Ох, верно говорят: жизнь — кому ровно поле, а кому тёмный лес.
Часть вторая
Дважды да трижды восемь
Глава 1
Девять лет спустя
«Взирая на нынешнее состояние отечества моего с таковым оком, каковое может иметь человек, воспитанный по строгим древним правилам, у коего страсти уже летами в ослабление пришли, а довольное испытание подало потребное просвещение, дабы судить о вещах, не могу я не удивиться, в коль краткое время повредилиса повсюдно нравы в России».
М. М. Щербатов «О повреждении нравов в России»Девятью годами позднее, в лето от сотворения мира 7207-е, а по христианскому исчислению 1698-е, над Русью вновь грозовыми тучами нависли восьмерки: в первом числе их таилось две, во втором — три. То есть, если отец Викентий правильно истолковал старинное пророчество, династии русских царей опять угрожало недоброе слияние цифр, которые, по мнению людей прозаических, не более чем костяшки на счётах мироздания; по убеждению же натур возвышенных, взыскующих раскрытия Тайн, являют собою некие первоосновные символы, и за каждым стоит добрая или злая сила, а сочетание этих символов случайным и бессмысленным быть отнюдь не может.
Итак, в торопливой Европе шел к исходу семнадцатый век, в неспешной Московии не столь давно начался семьдесят третий.

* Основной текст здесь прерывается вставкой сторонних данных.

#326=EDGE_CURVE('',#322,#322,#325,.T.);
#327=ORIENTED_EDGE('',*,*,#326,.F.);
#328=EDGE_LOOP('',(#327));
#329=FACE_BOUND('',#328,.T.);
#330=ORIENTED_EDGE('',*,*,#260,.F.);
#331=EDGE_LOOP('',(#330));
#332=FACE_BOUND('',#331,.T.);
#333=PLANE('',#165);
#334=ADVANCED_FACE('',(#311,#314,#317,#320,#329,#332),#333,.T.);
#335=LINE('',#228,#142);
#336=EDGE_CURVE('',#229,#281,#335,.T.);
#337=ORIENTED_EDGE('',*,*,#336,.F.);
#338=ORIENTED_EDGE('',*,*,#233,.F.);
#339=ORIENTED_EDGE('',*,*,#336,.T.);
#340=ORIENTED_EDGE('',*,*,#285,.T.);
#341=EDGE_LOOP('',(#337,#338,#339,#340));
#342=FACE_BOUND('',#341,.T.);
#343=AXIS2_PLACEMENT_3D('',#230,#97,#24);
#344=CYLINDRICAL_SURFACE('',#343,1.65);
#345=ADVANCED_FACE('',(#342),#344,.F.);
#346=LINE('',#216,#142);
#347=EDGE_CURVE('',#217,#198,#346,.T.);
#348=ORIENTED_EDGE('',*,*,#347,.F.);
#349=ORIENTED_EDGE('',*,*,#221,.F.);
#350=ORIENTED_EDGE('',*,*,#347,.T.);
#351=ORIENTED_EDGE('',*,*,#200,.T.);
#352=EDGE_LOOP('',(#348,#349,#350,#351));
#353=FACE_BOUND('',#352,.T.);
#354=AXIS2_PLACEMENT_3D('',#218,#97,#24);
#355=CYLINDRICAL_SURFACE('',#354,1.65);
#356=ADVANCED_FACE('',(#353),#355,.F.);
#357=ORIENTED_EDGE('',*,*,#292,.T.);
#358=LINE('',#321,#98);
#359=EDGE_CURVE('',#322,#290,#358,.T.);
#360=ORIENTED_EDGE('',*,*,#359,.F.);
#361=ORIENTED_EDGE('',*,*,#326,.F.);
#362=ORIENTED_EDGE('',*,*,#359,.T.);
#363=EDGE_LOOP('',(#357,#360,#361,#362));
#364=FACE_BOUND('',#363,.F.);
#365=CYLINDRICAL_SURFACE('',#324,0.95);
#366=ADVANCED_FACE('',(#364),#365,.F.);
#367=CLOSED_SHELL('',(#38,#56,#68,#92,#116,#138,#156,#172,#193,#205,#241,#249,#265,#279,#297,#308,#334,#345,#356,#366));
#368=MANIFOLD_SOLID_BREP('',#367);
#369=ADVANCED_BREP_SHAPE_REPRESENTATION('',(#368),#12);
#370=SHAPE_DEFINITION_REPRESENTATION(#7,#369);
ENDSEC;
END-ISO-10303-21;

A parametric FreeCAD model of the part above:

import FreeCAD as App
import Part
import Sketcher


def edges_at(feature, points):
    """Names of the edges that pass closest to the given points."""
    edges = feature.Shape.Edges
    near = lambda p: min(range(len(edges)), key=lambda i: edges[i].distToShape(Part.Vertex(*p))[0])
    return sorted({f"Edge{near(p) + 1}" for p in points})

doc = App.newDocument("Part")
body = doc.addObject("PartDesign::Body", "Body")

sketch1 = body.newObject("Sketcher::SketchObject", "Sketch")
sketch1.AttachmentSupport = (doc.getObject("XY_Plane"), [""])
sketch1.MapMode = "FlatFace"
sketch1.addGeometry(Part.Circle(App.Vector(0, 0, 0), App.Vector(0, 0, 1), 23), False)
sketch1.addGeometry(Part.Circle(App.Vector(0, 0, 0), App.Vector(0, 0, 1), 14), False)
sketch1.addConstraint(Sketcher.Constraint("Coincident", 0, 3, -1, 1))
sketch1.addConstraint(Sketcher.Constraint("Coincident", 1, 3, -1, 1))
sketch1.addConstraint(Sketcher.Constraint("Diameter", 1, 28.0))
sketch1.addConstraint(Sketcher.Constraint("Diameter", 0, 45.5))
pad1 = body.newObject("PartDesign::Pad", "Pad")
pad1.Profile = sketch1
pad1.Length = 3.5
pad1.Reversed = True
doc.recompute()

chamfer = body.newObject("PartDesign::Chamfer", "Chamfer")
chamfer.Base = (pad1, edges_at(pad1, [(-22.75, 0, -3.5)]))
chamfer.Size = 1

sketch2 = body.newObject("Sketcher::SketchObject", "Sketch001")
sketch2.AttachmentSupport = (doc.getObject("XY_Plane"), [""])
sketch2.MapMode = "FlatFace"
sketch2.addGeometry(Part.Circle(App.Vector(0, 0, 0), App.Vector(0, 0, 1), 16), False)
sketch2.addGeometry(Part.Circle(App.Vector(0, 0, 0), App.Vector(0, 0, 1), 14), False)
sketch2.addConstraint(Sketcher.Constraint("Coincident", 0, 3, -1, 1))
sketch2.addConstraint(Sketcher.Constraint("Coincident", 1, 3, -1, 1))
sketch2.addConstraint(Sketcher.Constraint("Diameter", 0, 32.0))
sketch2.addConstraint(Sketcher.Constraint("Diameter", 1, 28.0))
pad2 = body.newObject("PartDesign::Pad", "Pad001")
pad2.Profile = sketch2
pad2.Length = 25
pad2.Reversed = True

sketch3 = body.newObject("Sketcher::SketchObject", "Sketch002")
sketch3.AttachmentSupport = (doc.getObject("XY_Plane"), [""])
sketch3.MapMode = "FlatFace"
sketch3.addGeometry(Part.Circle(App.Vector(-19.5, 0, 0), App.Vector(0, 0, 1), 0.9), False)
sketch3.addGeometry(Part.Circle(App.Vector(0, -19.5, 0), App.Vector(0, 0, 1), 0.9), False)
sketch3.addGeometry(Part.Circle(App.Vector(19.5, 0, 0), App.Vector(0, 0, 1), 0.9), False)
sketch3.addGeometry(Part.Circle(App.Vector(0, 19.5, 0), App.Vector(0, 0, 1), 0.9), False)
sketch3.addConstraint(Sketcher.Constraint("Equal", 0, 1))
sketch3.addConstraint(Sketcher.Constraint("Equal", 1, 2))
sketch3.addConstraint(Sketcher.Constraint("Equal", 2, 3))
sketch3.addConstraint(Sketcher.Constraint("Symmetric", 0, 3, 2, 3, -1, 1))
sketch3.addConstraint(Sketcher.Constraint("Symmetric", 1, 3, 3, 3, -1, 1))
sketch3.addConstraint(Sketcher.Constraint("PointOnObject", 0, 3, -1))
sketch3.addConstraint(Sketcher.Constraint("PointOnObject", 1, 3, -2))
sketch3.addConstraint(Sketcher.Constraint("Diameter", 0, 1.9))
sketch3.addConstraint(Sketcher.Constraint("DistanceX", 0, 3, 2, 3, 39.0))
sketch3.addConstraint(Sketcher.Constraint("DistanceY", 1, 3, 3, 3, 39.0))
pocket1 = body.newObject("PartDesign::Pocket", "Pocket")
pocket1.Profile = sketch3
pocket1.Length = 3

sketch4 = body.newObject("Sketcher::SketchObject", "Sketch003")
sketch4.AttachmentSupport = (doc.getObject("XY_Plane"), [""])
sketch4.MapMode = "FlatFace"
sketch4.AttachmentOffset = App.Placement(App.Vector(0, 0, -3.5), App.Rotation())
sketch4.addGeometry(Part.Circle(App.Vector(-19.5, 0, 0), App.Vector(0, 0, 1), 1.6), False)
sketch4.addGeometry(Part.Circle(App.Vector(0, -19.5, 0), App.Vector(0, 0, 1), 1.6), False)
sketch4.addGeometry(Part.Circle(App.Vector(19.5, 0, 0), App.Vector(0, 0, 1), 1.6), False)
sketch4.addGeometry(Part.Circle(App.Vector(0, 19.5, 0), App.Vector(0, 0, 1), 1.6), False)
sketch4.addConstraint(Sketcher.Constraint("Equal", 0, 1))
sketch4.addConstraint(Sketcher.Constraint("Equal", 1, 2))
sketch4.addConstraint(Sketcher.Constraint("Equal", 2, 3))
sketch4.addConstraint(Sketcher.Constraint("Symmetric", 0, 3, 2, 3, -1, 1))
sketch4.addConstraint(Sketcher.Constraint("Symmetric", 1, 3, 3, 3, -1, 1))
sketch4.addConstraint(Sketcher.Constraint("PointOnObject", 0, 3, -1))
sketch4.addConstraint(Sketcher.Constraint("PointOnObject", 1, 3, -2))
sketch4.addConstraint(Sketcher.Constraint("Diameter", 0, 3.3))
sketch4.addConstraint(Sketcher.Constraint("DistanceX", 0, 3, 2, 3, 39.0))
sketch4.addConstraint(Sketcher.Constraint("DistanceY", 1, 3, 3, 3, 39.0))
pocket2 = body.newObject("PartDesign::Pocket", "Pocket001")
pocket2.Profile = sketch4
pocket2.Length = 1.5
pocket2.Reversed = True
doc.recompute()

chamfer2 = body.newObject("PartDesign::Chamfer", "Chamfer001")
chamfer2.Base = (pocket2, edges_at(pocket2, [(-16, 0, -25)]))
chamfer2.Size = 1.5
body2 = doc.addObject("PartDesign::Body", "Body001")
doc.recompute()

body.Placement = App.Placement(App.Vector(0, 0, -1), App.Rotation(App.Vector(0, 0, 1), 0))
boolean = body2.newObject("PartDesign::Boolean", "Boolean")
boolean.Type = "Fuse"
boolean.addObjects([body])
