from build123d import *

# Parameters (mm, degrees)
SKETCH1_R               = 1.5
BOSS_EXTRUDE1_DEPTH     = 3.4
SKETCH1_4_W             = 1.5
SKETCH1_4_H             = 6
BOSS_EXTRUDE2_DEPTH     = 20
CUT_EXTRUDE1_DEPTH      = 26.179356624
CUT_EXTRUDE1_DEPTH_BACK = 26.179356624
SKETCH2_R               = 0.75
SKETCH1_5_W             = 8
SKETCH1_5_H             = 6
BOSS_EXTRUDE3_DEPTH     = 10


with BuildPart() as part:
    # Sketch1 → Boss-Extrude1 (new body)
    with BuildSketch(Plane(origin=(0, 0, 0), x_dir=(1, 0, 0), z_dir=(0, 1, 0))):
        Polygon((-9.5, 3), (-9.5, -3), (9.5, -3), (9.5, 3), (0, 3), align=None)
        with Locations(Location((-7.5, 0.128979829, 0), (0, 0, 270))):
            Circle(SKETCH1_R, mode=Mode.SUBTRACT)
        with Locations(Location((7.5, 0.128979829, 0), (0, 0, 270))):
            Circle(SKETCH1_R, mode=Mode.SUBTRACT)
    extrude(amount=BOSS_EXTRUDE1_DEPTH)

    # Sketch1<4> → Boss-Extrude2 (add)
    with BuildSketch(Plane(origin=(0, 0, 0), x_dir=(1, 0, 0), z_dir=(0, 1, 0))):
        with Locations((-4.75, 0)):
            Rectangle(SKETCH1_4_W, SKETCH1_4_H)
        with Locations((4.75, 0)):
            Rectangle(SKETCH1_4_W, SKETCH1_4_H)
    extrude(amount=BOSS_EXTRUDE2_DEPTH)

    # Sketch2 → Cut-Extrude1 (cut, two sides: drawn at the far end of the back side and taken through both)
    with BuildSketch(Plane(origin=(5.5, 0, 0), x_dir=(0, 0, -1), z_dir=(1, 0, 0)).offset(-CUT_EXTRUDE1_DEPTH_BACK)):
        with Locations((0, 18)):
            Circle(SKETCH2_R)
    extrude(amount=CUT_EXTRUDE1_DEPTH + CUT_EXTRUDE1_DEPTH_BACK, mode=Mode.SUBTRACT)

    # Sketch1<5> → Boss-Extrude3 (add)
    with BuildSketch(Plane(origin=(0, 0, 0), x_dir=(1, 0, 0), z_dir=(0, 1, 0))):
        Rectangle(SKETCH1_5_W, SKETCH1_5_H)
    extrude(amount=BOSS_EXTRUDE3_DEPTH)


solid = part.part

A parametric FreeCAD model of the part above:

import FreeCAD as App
import Part
import Sketcher

V = App.Vector

doc = App.newDocument("Part")
body = doc.addObject("PartDesign::Body", "Body")

sketch1 = body.newObject("Sketcher::SketchObject", "Sketch")
sketch1.AttachmentSupport = (doc.getObject("XZ_Plane"), [""])
sketch1.MapMode = "FlatFace"
sketch1.addGeometry([
    Part.LineSegment(V(-9.5, -3, 0), V(-9.5, 3, 0)),
    Part.LineSegment(V(-9.5, 3, 0), V(9.5, 3, 0)),
    Part.LineSegment(V(9.5, 3, 0), V(9.5, -3, 0)),
    Part.LineSegment(V(9.5, -3, 0), V(-9.5, -3, 0)),
    Part.Circle(V(-7.5, -0.12898, 0), V(0, 0, 1), 1.5),
    Part.Circle(V(7.5, -0.12898, 0), V(0, 0, 1), 1.5),
], False)
sketch1.addConstraint([
    Sketcher.Constraint("Coincident", 0, 2, 1, 1),
    Sketcher.Constraint("Coincident", 1, 2, 2, 1),
    Sketcher.Constraint("Coincident", 2, 2, 3, 1),
    Sketcher.Constraint("Coincident", 3, 2, 0, 1),
    Sketcher.Constraint("Vertical", 0),
    Sketcher.Constraint("Horizontal", 1),
    Sketcher.Constraint("Vertical", 2),
    Sketcher.Constraint("Horizontal", 3),
    Sketcher.Constraint("Equal", 4, 5),
    Sketcher.Constraint("Symmetric", 0, 2, 2, 2, -1, 1),
    Sketcher.Constraint("Symmetric", 4, 3, 5, 3, -2),
    Sketcher.Constraint("Diameter", 4, 3.0),
    Sketcher.Constraint("DistanceX", 1, 1, 1, 2, 19.0),
    Sketcher.Constraint("DistanceY", 0, 1, 0, 2, 6.0),
    Sketcher.Constraint("DistanceX", 4, 3, 5, 3, 15.0),
    Sketcher.Constraint("DistanceY", 4, 3, -1, 1, 0.12898),
])
pad1 = body.newObject("PartDesign::Pad", "Pad")
pad1.Profile = sketch1
pad1.Length = 3.4
pad1.Reversed = True

sketch2 = body.newObject("Sketcher::SketchObject", "Sketch001")
sketch2.AttachmentSupport = (doc.getObject("XZ_Plane"), [""])
sketch2.MapMode = "FlatFace"
sketch2.addGeometry([
    Part.LineSegment(V(-5.5, -3, 0), V(-5.5, 3, 0)),
    Part.LineSegment(V(-5.5, 3, 0), V(-4, 3, 0)),
    Part.LineSegment(V(-4, 3, 0), V(-4, -3, 0)),
    Part.LineSegment(V(-4, -3, 0), V(-5.5, -3, 0)),
    Part.LineSegment(V(4, -3, 0), V(4, 3, 0)),
    Part.LineSegment(V(4, 3, 0), V(5.5, 3, 0)),
    Part.LineSegment(V(5.5, 3, 0), V(5.5, -3, 0)),
    Part.LineSegment(V(5.5, -3, 0), V(4, -3, 0)),
], False)
sketch2.addConstraint([
    Sketcher.Constraint("Coincident", 0, 2, 1, 1),
    Sketcher.Constraint("Coincident", 1, 2, 2, 1),
    Sketcher.Constraint("Coincident", 2, 2, 3, 1),
    Sketcher.Constraint("Coincident", 3, 2, 0, 1),
    Sketcher.Constraint("Coincident", 4, 2, 5, 1),
    Sketcher.Constraint("Coincident", 5, 2, 6, 1),
    Sketcher.Constraint("Coincident", 6, 2, 7, 1),
    Sketcher.Constraint("Coincident", 7, 2, 4, 1),
    Sketcher.Constraint("Vertical", 0),
    Sketcher.Constraint("Horizontal", 1),
    Sketcher.Constraint("Vertical", 2),
    Sketcher.Constraint("Horizontal", 3),
    Sketcher.Constraint("Vertical", 4),
    Sketcher.Constraint("Horizontal", 5),
    Sketcher.Constraint("Vertical", 6),
    Sketcher.Constraint("Horizontal", 7),
    Sketcher.Constraint("Symmetric", 2, 2, 4, 2, -1, 1),
    Sketcher.Constraint("Symmetric", 0, 2, 6, 2, -1, 1),
    Sketcher.Constraint("Horizontal", 1, 2, 4, 2),
    Sketcher.Constraint("DistanceY", 0, 1, 0, 2, 6.0),
    Sketcher.Constraint("DistanceX", 1, 1, 1, 2, 1.5),
    Sketcher.Constraint("DistanceX", 1, 2, -1, 1, 4.0),
])
pad2 = body.newObject("PartDesign::Pad", "Pad001")
pad2.Profile = sketch2
pad2.Length = 20
pad2.Reversed = True

sketch3 = body.newObject("Sketcher::SketchObject", "Sketch002")
sketch3.AttachmentSupport = (doc.getObject("YZ_Plane"), [""])
sketch3.MapMode = "FlatFace"
sketch3.AttachmentOffset = App.Placement(V(0, 0, 5.5), App.Rotation())
sketch3.addGeometry(Part.Circle(V(18, 0, 0), V(0, 0, 1), 0.75), False)
sketch3.addConstraint([
    Sketcher.Constraint("PointOnObject", 0, 3, -1),
    Sketcher.Constraint("Diameter", 0, 1.5),
    Sketcher.Constraint("DistanceX", -1, 1, 0, 3, 18.0),
])
pocket1 = body.newObject("PartDesign::Pocket", "Pocket")
pocket1.Profile = sketch3
pocket1.Type = "ThroughAll"
pocket1.Midplane = True

sketch4 = body.newObject("Sketcher::SketchObject", "Sketch003")
sketch4.AttachmentSupport = (doc.getObject("XZ_Plane"), [""])
sketch4.MapMode = "FlatFace"
sketch4.addGeometry([
    Part.LineSegment(V(-4, -3, 0), V(-4, 3, 0)),
    Part.LineSegment(V(-4, 3, 0), V(4, 3, 0)),
    Part.LineSegment(V(4, 3, 0), V(4, -3, 0)),
    Part.LineSegment(V(4, -3, 0), V(-4, -3, 0)),
], False)
sketch4.addConstraint([
    Sketcher.Constraint("Coincident", 0, 2, 1, 1),
    Sketcher.Constraint("Coincident", 1, 2, 2, 1),
    Sketcher.Constraint("Coincident", 2, 2, 3, 1),
    Sketcher.Constraint("Coincident", 3, 2, 0, 1),
    Sketcher.Constraint("Vertical", 0),
    Sketcher.Constraint("Horizontal", 1),
    Sketcher.Constraint("Vertical", 2),
    Sketcher.Constraint("Horizontal", 3),
    Sketcher.Constraint("Symmetric", 0, 2, 2, 2, -1, 1),
    Sketcher.Constraint("DistanceX", 1, 1, 1, 2, 8.0),
    Sketcher.Constraint("DistanceY", 0, 1, 0, 2, 6.0),
])
pad3 = body.newObject("PartDesign::Pad", "Pad002")
pad3.Profile = sketch4
pad3.Length = 10
pad3.Reversed = True

doc.recompute()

Весь необширный континент — и в своей густо населённой западной части, и в малолюдной восточной — притих и замер. После многолетних войн, в которых Крест бился с Полумесяцем, повсеместно шли переговоры о мире. Дипломаты чинно разъезжали меж Константинополем, Веной, Варшавой и Москвой, а множество тайных агентов носились галопом, загоняя лошадей, между Парижем, Мадридом, Лондоном, Амстердамом и прочими столицами. Будто легкий, но грозный ветерок шевелил травяное поле, предвещая скорый ураган. Заваривалась Великая Война, когда все разом кинутся рвать друг у друга куски Европы, вонзаясь зубами в богатые города и тучные пашни, а запивая сии сытные брашна сладким вином торговых морских путей. Всё это случалось и прежде, не раз, но только ныне ко всеевропейской драке примеривалась и Москва, твёрдо решившая не остаться в стороне от делёжки.
Царь Пётр сидел на престоле уже семнадцатый год, а единолично правил почти целое десятилетие, и многое уже свершилось, доселе небывалое, однако настоящий слом всего уклада старомосковской жизни пока не произошел.
Прежняя Русь, Третий Рим и Второй Цареград, по-прежнему стояла на фундаменте, заложенном Владимиром Красно Солнышко и Ярославом Мудрым, но этот год был для нее последний. Семь тысяч двести восьмого уже не будет, Пётр удавит его в колыбели трехмесячным, повелев вести счет с 1 января — и не тысячелетьями, а веками. Впредь всё будет по-другому: язык, одежда, людские отношения, представления о добре и худе, о вере и неверии, о красе и о безобразии. Скоро затрещит по всем швам и рассыплется древний терем. Подстегнутое петровским кнутом, Русское Время, испокон веку неторопливое, обстоятельное, вдумчивое, вскрикнет и понесётся дёрганой припрыжкой догонять европейский календарь, роняя с себя лоскуты кожи, куски окровавленного мяса и людские судьбы. Догнать не догонит, но от себя самого убежит, да так далеко, что пути домой никогда больше не сыщет.
Октябрь двести седьмого года на Москве и в её окрестностях был до того злат и красен, что даже далёкий от праздной созерцательности человек, бывало, застынет на месте, разинув рот на алые клёны, парчовые ясени, бронзовые дубы, да перекрестится: ишь, сколько лепоты у Господа! С научной точки зрения столь яркое многоцветье, вероятно, следовало объяснить резким похолоданием после затяжного, необычайно тёплого бабьего лета, однако многие уже явственно предчувствовали конец старых времён, и таким людям эта золототканая осень казалась торжественной панихидой по уходящей жизни.